I want to say that God was illuminating all Korean people through Christ, who came as the true light to our Korean ancestors in various ways (John 1:9). Despite this historical evidence, the questions and answers about the salvation of so-called “good people” who have not yet heard the gospel are like hot potatoes. Of course, were there good people in Adam's descendants? As our inner self testifies, it is true that we are all “a brood of evildoers” (Isa.1:4) who must hear the Gospel.


[1] Donald L. Stults, Developing an Asian Evangelical Theology (Manila: OMF Literature, 1989), 106.

[2] Roy E. Shearer, Wildfire: church growth in Korea (Grand Rapids, MI: Eerdmans, 1966), 31.

[3] Ethel R. Nelson & Richard E. Broadberry, Genesis and the Mystery Confucius Couldn't Solve (Concordia, 1994). Ethel R. Nelson, God's Promise to The Chinese (Read, 2014).

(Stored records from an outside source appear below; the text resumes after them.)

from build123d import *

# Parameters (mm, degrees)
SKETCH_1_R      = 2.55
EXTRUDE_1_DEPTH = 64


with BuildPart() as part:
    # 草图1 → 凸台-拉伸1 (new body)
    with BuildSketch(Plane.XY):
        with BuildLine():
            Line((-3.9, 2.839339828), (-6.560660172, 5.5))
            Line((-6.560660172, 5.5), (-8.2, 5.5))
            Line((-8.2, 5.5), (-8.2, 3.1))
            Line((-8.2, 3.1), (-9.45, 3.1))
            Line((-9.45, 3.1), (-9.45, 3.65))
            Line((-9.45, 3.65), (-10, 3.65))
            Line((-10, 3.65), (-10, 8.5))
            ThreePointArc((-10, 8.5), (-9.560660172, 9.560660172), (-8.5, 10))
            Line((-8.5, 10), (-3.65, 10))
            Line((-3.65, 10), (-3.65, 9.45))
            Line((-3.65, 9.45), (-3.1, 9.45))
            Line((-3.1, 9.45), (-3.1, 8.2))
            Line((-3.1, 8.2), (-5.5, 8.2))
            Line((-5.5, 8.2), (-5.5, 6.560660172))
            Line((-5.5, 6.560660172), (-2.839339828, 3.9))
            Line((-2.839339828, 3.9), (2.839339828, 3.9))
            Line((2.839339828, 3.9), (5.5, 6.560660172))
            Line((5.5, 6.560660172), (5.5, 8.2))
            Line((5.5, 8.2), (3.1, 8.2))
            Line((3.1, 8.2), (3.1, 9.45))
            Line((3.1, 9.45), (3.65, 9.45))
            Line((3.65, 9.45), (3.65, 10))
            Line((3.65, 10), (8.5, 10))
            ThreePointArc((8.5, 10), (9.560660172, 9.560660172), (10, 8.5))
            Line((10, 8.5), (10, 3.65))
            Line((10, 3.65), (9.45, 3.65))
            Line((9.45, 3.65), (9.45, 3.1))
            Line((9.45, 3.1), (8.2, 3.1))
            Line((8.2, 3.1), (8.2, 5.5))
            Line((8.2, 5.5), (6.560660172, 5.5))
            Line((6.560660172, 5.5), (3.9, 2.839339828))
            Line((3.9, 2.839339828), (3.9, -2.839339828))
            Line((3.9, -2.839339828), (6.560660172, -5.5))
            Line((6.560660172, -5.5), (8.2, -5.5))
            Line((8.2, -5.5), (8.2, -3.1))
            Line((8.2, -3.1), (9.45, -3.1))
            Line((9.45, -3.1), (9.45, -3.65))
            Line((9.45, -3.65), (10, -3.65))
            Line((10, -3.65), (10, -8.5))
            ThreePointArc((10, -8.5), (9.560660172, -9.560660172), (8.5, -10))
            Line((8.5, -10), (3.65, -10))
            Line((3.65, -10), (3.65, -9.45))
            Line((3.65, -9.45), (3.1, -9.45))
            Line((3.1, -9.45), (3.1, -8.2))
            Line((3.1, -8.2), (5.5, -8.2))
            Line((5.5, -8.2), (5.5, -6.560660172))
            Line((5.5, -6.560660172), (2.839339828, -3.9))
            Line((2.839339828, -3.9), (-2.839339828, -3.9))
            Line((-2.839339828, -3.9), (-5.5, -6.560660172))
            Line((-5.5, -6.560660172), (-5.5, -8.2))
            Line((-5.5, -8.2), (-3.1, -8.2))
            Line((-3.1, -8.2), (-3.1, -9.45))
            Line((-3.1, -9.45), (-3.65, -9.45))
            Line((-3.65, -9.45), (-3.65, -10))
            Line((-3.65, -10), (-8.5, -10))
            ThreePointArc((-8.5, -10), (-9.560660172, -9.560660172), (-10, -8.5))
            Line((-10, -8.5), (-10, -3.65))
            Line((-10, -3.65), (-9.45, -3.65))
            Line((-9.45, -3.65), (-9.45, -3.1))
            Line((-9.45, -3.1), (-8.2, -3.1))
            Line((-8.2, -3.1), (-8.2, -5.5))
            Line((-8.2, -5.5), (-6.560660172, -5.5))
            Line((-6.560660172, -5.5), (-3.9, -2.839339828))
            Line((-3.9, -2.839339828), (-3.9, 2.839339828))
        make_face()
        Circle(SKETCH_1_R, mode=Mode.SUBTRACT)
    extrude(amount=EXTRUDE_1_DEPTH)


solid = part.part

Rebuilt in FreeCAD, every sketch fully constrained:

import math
import FreeCAD as App
import Part
import Sketcher
Q = App.Units.Quantity

doc = App.newDocument("Part")
body = doc.addObject("PartDesign::Body", "Body")

sketch1 = doc.addObject("Sketcher::SketchObject", "Sketch")
body.addObject(sketch1)
sketch1.AttachmentSupport = (doc.XY_Plane, [""])
sketch1.MapMode = "FlatFace"
sketch1.addGeometry([
    Part.LineSegment(App.Vector(-6.6, 5.5, 0), App.Vector(-3.9, 2.8, 0)),
    Part.LineSegment(App.Vector(-3.9, 2.8, 0), App.Vector(-3.9, -2.8, 0)),
    Part.LineSegment(App.Vector(-3.9, -2.8, 0), App.Vector(-6.6, -5.5, 0)),
    Part.LineSegment(App.Vector(-6.6, -5.5, 0), App.Vector(-8.2, -5.5, 0)),
    Part.LineSegment(App.Vector(-8.2, -5.5, 0), App.Vector(-8.2, -3.1, 0)),
    Part.LineSegment(App.Vector(-8.2, -3.1, 0), App.Vector(-9.4, -3.1, 0)),
    Part.LineSegment(App.Vector(-9.4, -3.1, 0), App.Vector(-9.4, -3.6, 0)),
    Part.LineSegment(App.Vector(-9.4, -3.6, 0), App.Vector(-10, -3.6, 0)),
    Part.LineSegment(App.Vector(-10, -3.6, 0), App.Vector(-10, -8.5, 0)),
    Part.ArcOfCircle(Part.Circle(App.Vector(-8.5, -8.5, 0), App.Vector(0, 0, 1), 1.5), math.radians(180), math.radians(270)),
    Part.LineSegment(App.Vector(-8.5, -10, 0), App.Vector(-3.6, -10, 0)),
    Part.LineSegment(App.Vector(-3.6, -10, 0), App.Vector(-3.6, -9.4, 0)),
    Part.LineSegment(App.Vector(-3.6, -9.4, 0), App.Vector(-3.1, -9.4, 0)),
    Part.LineSegment(App.Vector(-3.1, -9.4, 0), App.Vector(-3.1, -8.2, 0)),
    Part.LineSegment(App.Vector(-3.1, -8.2, 0), App.Vector(-5.5, -8.2, 0)),
    Part.LineSegment(App.Vector(-5.5, -8.2, 0), App.Vector(-5.5, -6.6, 0)),
    Part.LineSegment(App.Vector(-5.5, -6.6, 0), App.Vector(-2.8, -3.9, 0)),
    Part.LineSegment(App.Vector(-2.8, -3.9, 0), App.Vector(2.8, -3.9, 0)),
    Part.LineSegment(App.Vector(2.8, -3.9, 0), App.Vector(5.5, -6.6, 0)),
    Part.LineSegment(App.Vector(5.5, -6.6, 0), App.Vector(5.5, -8.2, 0)),
    Part.LineSegment(App.Vector(5.5, -8.2, 0), App.Vector(3.1, -8.2, 0)),
    Part.LineSegment(App.Vector(3.1, -8.2, 0), App.Vector(3.1, -9.4, 0)),
    Part.LineSegment(App.Vector(3.1, -9.4, 0), App.Vector(3.6, -9.4, 0)),
    Part.LineSegment(App.Vector(3.6, -9.4, 0), App.Vector(3.6, -10, 0)),
    Part.LineSegment(App.Vector(3.6, -10, 0), App.Vector(8.5, -10, 0)),
    Part.ArcOfCircle(Part.Circle(App.Vector(8.5, -8.5, 0), App.Vector(0, 0, 1), 1.5), math.radians(-90), math.radians(0)),
    Part.LineSegment(App.Vector(10, -8.5, 0), App.Vector(10, -3.6, 0)),
    Part.LineSegment(App.Vector(10, -3.6, 0), App.Vector(9.4, -3.6, 0)),
    Part.LineSegment(App.Vector(9.4, -3.6, 0), App.Vector(9.4, -3.1, 0)),
    Part.LineSegment(App.Vector(9.4, -3.1, 0), App.Vector(8.2, -3.1, 0)),
    Part.LineSegment(App.Vector(8.2, -3.1, 0), App.Vector(8.2, -5.5, 0)),
    Part.LineSegment(App.Vector(8.2, -5.5, 0), App.Vector(6.6, -5.5, 0)),
    Part.LineSegment(App.Vector(6.6, -5.5, 0), App.Vector(3.9, -2.8, 0)),
    Part.LineSegment(App.Vector(3.9, -2.8, 0), App.Vector(3.9, 2.8, 0)),
    Part.LineSegment(App.Vector(3.9, 2.8, 0), App.Vector(6.6, 5.5, 0)),
    Part.LineSegment(App.Vector(6.6, 5.5, 0), App.Vector(8.2, 5.5, 0)),
    Part.LineSegment(App.Vector(8.2, 5.5, 0), App.Vector(8.2, 3.1, 0)),
    Part.LineSegment(App.Vector(8.2, 3.1, 0), App.Vector(9.4, 3.1, 0)),
    Part.LineSegment(App.Vector(9.4, 3.1, 0), App.Vector(9.4, 3.6, 0)),
    Part.LineSegment(App.Vector(9.4, 3.6, 0), App.Vector(10, 3.6, 0)),
    Part.LineSegment(App.Vector(10, 3.6, 0), App.Vector(10, 8.5, 0)),
    Part.ArcOfCircle(Part.Circle(App.Vector(8.5, 8.5, 0), App.Vector(0, 0, 1), 1.5), math.radians(0), math.radians(90)),
    Part.LineSegment(App.Vector(8.5, 10, 0), App.Vector(3.6, 10, 0)),
    Part.LineSegment(App.Vector(3.6, 10, 0), App.Vector(3.6, 9.4, 0)),
    Part.LineSegment(App.Vector(3.6, 9.4, 0), App.Vector(3.1, 9.4, 0)),
    Part.LineSegment(App.Vector(3.1, 9.4, 0), App.Vector(3.1, 8.2, 0)),
    Part.LineSegment(App.Vector(3.1, 8.2, 0), App.Vector(5.5, 8.2, 0)),
    Part.LineSegment(App.Vector(5.5, 8.2, 0), App.Vector(5.5, 6.6, 0)),
    Part.LineSegment(App.Vector(5.5, 6.6, 0), App.Vector(2.8, 3.9, 0)),
    Part.LineSegment(App.Vector(2.8, 3.9, 0), App.Vector(-2.8, 3.9, 0)),
    Part.LineSegment(App.Vector(-2.8, 3.9, 0), App.Vector(-5.5, 6.6, 0)),
    Part.LineSegment(App.Vector(-5.5, 6.6, 0), App.Vector(-5.5, 8.2, 0)),
    Part.LineSegment(App.Vector(-5.5, 8.2, 0), App.Vector(-3.1, 8.2, 0)),
    Part.LineSegment(App.Vector(-3.1, 8.2, 0), App.Vector(-3.1, 9.4, 0)),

[4] Regarding the origin of Chinese characters, the Chinese academic community also acknowledges the historical fact that Chinese characters were not made by the Han Chinese ancestors, but by the Korean ancestors Dongi people (東夷族). Dongi is a term used by Chinese people to refer to Koreans.

[5] Jeong Hak-bong, The Story of Apostle Thomas (Dongseonambuk, 2009). Lee Yong-bong, The Apostle Thomas and the Asian Church (Visionsa, 2017). Dongwook Yeom, Silla and Gaya-the New Kingdom of Israel. (Shinil Choolphansa, 2017).